Think of a classroom where students are assigned different projects — science, maths and history — all supervised by the same teacher. If students swap projects amongst themselves, the teacher still overseas all the work, ensuring rules are followed. Similarly, in a PMS group, different investment strategies are like different projects but are managed under the same group, making internal transfers smooth as long as protocols are followed.
Now, imagine several classrooms in a school, each with its own teacher and set of projects. Every classroom represents a different PMS group — perhaps managed by separate teams within a larger institution or by related but distinct entities. Each classroom has its unique style and way of managing its projects. If a student (client or their investments) wants to move from one classroom (PMS group) to another—for example, from the science classroom to the maths classroom — they need permission from both teachers, and the school’s administration must ensure the process is fair and transparent. The teachers make sure the student’s progress and materials are transferred properly, all rules are followed, and nothing is lost in transition.
Transferring between classrooms is more complex than moving projects within a single classroom, because each classroom may have its own processes, record-keeping, and expectations. The school (regulator, e.g., SEBI) sets guidelines to make sure all transfers between classrooms protect students’ interests and maintain proper standards, including getting parental consent (client’s agreement), keeping records, and ensuring no student is unfairly disadvantaged.
Therefore, it can be said that "PMS business belonging to the same group" generally refers to portfolios or accounts managed within the same PMS entity or under the same controlling or promoter group. In the context of SEBI regulations and financial services, it means that the various PMS accounts, investment strategies, or divisions in question all belong to the same legal entity, or to entities under common control or ownership.
SEBI’s Circular
SEBI’s latest Circular [Circular No. SEBI/HO/IMD/RAC/CIR/P/2025/0000000138] now provides for transfer of PMS business by Portfolio Managers. This circular aims at simplifying PMS business by allowing transfer of client portfolios from one Portfolio Manager to another.
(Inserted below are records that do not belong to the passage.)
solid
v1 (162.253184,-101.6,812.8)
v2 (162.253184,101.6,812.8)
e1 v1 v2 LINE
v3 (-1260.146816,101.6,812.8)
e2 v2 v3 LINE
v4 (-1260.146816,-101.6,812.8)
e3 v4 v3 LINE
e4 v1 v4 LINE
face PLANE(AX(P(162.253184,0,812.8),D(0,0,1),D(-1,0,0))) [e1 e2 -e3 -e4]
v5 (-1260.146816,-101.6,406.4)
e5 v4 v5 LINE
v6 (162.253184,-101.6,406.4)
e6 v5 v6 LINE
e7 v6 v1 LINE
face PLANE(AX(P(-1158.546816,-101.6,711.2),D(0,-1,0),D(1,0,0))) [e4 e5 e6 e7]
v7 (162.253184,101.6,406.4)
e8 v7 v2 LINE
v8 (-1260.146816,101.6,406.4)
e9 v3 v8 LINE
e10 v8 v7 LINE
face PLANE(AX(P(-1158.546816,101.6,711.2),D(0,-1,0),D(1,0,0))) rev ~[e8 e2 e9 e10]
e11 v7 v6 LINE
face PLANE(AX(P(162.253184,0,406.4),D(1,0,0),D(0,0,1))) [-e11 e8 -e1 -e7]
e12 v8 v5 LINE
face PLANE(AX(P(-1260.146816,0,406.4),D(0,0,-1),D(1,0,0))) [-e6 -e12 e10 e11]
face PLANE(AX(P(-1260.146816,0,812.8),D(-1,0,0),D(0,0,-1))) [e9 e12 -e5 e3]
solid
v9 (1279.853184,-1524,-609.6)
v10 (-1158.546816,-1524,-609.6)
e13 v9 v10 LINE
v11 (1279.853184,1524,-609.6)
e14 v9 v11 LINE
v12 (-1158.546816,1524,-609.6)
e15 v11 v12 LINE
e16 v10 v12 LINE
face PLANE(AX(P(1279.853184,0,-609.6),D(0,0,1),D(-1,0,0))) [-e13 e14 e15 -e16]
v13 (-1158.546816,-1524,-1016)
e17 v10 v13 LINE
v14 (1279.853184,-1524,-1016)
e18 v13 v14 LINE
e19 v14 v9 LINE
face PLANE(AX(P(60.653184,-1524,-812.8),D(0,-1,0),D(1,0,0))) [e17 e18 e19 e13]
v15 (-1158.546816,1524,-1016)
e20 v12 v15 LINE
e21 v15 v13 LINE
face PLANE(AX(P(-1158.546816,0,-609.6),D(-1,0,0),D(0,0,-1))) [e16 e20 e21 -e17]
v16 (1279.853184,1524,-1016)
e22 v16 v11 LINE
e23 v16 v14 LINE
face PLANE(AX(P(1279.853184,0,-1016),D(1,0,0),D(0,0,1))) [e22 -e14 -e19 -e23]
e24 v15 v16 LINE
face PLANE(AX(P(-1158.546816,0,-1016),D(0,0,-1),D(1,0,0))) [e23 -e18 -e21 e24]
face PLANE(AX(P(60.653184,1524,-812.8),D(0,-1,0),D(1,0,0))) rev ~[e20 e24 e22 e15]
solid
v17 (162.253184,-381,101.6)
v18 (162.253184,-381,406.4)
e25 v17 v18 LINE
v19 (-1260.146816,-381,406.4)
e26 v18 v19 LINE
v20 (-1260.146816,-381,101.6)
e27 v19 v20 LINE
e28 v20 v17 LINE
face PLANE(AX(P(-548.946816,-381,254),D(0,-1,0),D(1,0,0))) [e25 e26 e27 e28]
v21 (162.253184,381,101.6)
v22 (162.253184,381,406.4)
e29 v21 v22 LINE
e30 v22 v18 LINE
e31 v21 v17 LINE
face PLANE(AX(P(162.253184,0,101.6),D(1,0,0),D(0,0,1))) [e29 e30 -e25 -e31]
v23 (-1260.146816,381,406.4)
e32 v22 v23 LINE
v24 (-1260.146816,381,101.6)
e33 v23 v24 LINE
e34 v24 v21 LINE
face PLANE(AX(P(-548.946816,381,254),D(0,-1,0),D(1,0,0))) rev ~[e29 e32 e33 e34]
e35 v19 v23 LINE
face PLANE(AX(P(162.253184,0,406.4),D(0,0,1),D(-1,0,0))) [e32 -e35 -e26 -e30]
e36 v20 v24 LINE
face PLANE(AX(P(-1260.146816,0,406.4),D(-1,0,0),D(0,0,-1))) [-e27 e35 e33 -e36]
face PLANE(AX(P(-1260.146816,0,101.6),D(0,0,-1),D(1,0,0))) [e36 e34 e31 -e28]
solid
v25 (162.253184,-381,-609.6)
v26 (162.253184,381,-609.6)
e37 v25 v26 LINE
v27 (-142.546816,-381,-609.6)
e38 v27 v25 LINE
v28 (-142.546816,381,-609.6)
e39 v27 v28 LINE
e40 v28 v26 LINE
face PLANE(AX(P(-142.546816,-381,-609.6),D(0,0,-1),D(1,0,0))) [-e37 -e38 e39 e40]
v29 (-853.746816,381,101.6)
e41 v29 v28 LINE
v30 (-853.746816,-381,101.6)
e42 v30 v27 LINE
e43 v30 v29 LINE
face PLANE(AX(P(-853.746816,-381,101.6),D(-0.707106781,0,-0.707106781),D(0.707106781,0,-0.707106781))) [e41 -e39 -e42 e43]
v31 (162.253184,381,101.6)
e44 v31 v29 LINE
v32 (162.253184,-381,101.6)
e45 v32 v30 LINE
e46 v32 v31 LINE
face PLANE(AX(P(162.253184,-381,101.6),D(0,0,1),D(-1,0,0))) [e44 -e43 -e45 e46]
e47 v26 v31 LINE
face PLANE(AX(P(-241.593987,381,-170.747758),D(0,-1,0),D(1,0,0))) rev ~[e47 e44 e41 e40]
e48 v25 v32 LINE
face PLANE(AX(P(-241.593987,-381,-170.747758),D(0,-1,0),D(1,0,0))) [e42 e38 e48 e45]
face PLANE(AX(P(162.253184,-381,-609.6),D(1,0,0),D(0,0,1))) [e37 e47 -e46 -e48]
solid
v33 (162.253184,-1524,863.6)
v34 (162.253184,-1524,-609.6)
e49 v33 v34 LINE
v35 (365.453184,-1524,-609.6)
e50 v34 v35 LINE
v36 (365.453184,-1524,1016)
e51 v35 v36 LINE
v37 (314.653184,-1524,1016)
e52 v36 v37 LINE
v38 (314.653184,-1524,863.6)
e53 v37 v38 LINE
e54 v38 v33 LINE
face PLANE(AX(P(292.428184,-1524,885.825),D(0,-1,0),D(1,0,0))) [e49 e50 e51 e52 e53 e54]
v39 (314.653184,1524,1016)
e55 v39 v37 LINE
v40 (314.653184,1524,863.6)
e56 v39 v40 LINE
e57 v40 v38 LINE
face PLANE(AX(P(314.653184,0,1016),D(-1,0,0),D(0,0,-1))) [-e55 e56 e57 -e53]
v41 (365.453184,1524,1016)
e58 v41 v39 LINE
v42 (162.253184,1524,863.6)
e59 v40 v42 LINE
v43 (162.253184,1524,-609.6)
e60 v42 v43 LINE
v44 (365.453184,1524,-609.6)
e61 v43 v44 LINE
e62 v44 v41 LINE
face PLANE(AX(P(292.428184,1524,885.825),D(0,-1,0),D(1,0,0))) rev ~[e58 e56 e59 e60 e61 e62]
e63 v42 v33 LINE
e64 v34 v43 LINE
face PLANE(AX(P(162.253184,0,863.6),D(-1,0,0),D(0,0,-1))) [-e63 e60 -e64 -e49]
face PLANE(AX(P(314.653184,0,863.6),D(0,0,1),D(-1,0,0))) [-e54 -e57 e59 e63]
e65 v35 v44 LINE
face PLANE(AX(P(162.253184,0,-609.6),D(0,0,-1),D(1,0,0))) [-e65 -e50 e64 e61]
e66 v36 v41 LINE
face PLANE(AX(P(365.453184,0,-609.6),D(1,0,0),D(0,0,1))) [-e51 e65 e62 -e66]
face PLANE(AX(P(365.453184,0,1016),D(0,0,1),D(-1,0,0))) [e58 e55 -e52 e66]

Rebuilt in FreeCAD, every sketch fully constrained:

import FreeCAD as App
import Part
import Sketcher
Q = App.Units.Quantity


def add_polygon(sketch, points):
    """Adds a closed chain of lines whose ends are joined by coincident constraints."""
    first, n = sketch.GeometryCount, len(points)
    for a, b in zip(points, points[1:] + points[:1]):
        sketch.addGeometry(Part.LineSegment(App.Vector(*a, 0), App.Vector(*b, 0)), False)
    for i in range(n):
        sketch.addConstraint(Sketcher.Constraint("Coincident", first + i, 2, first + (i + 1) % n, 1))

doc = App.newDocument("Part")
body = doc.addObject("PartDesign::Body", "Body")

# Sketch on XZ plane
sketch1 = doc.addObject("Sketcher::SketchObject", "Sketch")
body.addObject(sketch1)
sketch1.AttachmentSupport = (doc.XZ_Plane, [""])
sketch1.MapMode = "FlatFace"
add_polygon(sketch1, [(-1260, 102), (162, 102), (162, 406), (-1260, 406)])  # lines 0-3
sketch1.addConstraint([
    Sketcher.Constraint("Horizontal", 0),
    Sketcher.Constraint("Vertical", 1),
    Sketcher.Constraint("Horizontal", 2),
    Sketcher.Constraint("Vertical", 3),
    Sketcher.Constraint("DistanceX", 0, 1, 0, 2, Q("56 in")),
    Sketcher.Constraint("DistanceY", 1, 1, 1, 2, Q("12 in")),
    Sketcher.Constraint("DistanceY", -1, 1, 0, 2, Q("4 in")),
    Sketcher.Constraint("DistanceX", -1, 1, 0, 2, 162.253184),
])
pad1 = doc.addObject("PartDesign::Pad", "Pad")
body.addObject(pad1)
pad1.Profile = sketch1
pad1.Length = Q("30 in")
pad1.Midplane = True
body2 = doc.addObject("PartDesign::Body", "Body001")

# Sketch on XZ plane
sketch2 = doc.addObject("Sketcher::SketchObject", "Sketch001")
body2.addObject(sketch2)
sketch2.AttachmentSupport = (doc.getObject("XZ_Plane001"), [""])
sketch2.MapMode = "FlatFace"
add_polygon(sketch2, [(-1260, 813), (-1260, 406), (162, 406), (162, 813)])  # lines 0-3
sketch2.addConstraint([
    Sketcher.Constraint("Vertical", 0),
    Sketcher.Constraint("Horizontal", 1),
    Sketcher.Constraint("Vertical", 2),
    Sketcher.Constraint("Horizontal", 3),
    Sketcher.Constraint("DistanceX", 1, 1, 1, 2, Q("56 in")),
    Sketcher.Constraint("DistanceY", 0, 2, 0, 1, Q("16 in")),
    Sketcher.Constraint("DistanceY", -1, 1, 0, 2, Q("16 in")),
    Sketcher.Constraint("DistanceX", 0, 2, -1, 1, 1260.146816),
])
pad2 = doc.addObject("PartDesign::Pad", "Pad001")
body2.addObject(pad2)
pad2.Profile = sketch2
pad2.Length = Q("8 in")
pad2.Midplane = True
body3 = doc.addObject("PartDesign::Body", "Body002")

# Sketch on XZ plane
sketch3 = doc.addObject("Sketcher::SketchObject", "Sketch002")
body3.addObject(sketch3)
sketch3.AttachmentSupport = (doc.getObject("XZ_Plane002"), [""])
sketch3.MapMode = "FlatFace"
sketch3.AttachmentOffset = App.Placement(App.Vector(0, 0, 15 * 25.4), App.Rotation())
add_polygon(sketch3, [(162, -610), (162, 102), (-854, 102), (-143, -610)])  # lines 0-3
sketch3.addConstraint([
    Sketcher.Constraint("Vertical", 0),
    Sketcher.Constraint("Horizontal", 1),
    Sketcher.Constraint("Horizontal", 3),
    Sketcher.Constraint("DistanceX", 1, 2, 1, 1, Q("40 in")),
    Sketcher.Constraint("DistanceX", 3, 1, 3, 2, Q("12 in")),
    Sketcher.Constraint("DistanceY", 0, 1, 0, 2, Q("28 in")),
    Sketcher.Constraint("DistanceY", -1, 1, 0, 2, Q("4 in")),
    Sketcher.Constraint("DistanceX", -1, 1, 0, 2, 162.253184),
])
pad3 = doc.addObject("PartDesign::Pad", "Pad002")
body3.addObject(pad3)
pad3.Profile = sketch3
pad3.Length = Q("30 in")
pad3.Reversed = True
body4 = doc.addObject("PartDesign::Body", "Body003")

# Sketch on XZ plane
sketch4 = doc.addObject("Sketcher::SketchObject", "Sketch003")
body4.addObject(sketch4)
sketch4.AttachmentSupport = (doc.getObject("XZ_Plane003"), [""])
sketch4.MapMode = "FlatFace"
add_polygon(sketch4, [(365, 1016), (315, 1016), (315, 864), (162, 864), (162, -610), (365, -610)])  # lines 0-5
sketch4.addConstraint([
    Sketcher.Constraint("Horizontal", 0),
    Sketcher.Constraint("Vertical", 1),
    Sketcher.Constraint("Horizontal", 2),
    Sketcher.Constraint("Vertical", 3),
    Sketcher.Constraint("Horizontal", 4),
    Sketcher.Constraint("Vertical", 5),
    Sketcher.Constraint("Equal", 2, 1),
    Sketcher.Constraint("DistanceX", 0, 2, 0, 1, Q("2 in")),
    Sketcher.Constraint("DistanceX", 2, 2, 2, 1, Q("6 in")),
    Sketcher.Constraint("DistanceY", 3, 2, 3, 1, Q("58 in")),
    Sketcher.Constraint("DistanceY", -1, 1, 0, 2, Q("40 in")),
    Sketcher.Constraint("DistanceX", -1, 1, 0, 2, 314.653184),
])
pad4 = doc.addObject("PartDesign::Pad", "Pad003")
body4.addObject(pad4)
pad4.Profile = sketch4
pad4.Length = Q("120 in")
pad4.Midplane = True
body5 = doc.addObject("PartDesign::Body", "Body004")

# Sketch on XZ plane
sketch5 = doc.addObject("Sketcher::SketchObject", "Sketch004")
body5.addObject(sketch5)
sketch5.AttachmentSupport = (doc.getObject("XZ_Plane004"), [""])
sketch5.MapMode = "FlatFace"
add_polygon(sketch5, [(-1159, -610), (-1159, -1016), (1280, -1016), (1280, -610)])  # lines 0-3
sketch5.addConstraint([
    Sketcher.Constraint("Vertical", 0),
    Sketcher.Constraint("Horizontal", 1),
    Sketcher.Constraint("Vertical", 2),
    Sketcher.Constraint("Horizontal", 3),
    Sketcher.Constraint("DistanceX", 1, 1, 1, 2, Q("96 in")),
    Sketcher.Constraint("DistanceY", 0, 2, 0, 1, Q("16 in")),
    Sketcher.Constraint("DistanceY", 0, 2, -1, 1, Q("40 in")),
    Sketcher.Constraint("DistanceX", 0, 2, -1, 1, 1158.546816),
])
pad5 = doc.addObject("PartDesign::Pad", "Pad004")
body5.addObject(pad5)
pad5.Profile = sketch5
pad5.Length = Q("120 in")
pad5.Midplane = True

doc.recompute()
A close examination of SEBI’s latest circular on PMS business transfer reveals a structured approach for Portfolio Managers. Transfers within the same group allow for partial handover of investment strategies, while inter-group transfers demand a wholesale transfer of PMS business, approved through a joint SEBI application. The transferor remains responsible until the process is finalised and cannot onboard new clients during this transitional phase. Robust regulatory safeguards are embedded, including mandatory undertakings from both parties and a strict 2 (two) month timeline. The transferee inherits all legal and financial responsibilities, ensuring a smooth shift of obligations and compliance within the regulated environment.
Key Takeaways from the SEBI Circular No. SEBI/HO/IMD/RAC/CIR/P/2025/0000000138
The core insights of this Circular are as follows:
Transfer of PMS business requires SEBI Approval
Such transfer of PMS business can be done only after obtaining prior approval of SEBI as per the process provided in this Circular.
Partial or complete transfers of PMS business allowed within same group
In case of transfer of PMS business within Portfolio managers belonging to the same group, select or complete PMS business may be transferred.
Only complete transfers of PMS business allowed in inter-group transfers
In case of transfer of PMS business within Portfolio managers not belonging to the same group, only complete transfer of PMS business is permitted.
Inter-group transfers require application from both the Transferor & Transferee
In case of transfer of PMS business within Portfolio managers not belonging to the same group, both transferee and transferor are required to make an application to SEBI for approval of the transaction.
Registration certificate to be surrendered post transfer of complete business
In case of complete transfer of PMS business, the certificate of PMS registration of the transferor will have to be surrendered within 45 days of such transaction of transfer.

Conclusion
To conclude, the new SEBI circular lays out a practical and efficient framework for the transfer of PMS business, whether within the same group or outside it. By setting deadlines and clarifying the responsibilities of both transferor and transferee, SEBI seeks to remove barriers and instil confidence among stakeholders. Portfolio Managers and clients alike stand to gain from these enhanced standards, which prioritise investor protection and regulatory compliance.
Overall, SEBI’s latest initiative reflects its commitment to evolving regulatory practices and keeping pace with the changing needs of the securities market. The provisions for PMS transfers set a precedent for smoother, more secure client portfolio transitions, promising a future where efficiency and investor interests remain at the forefront of the industry’s growth.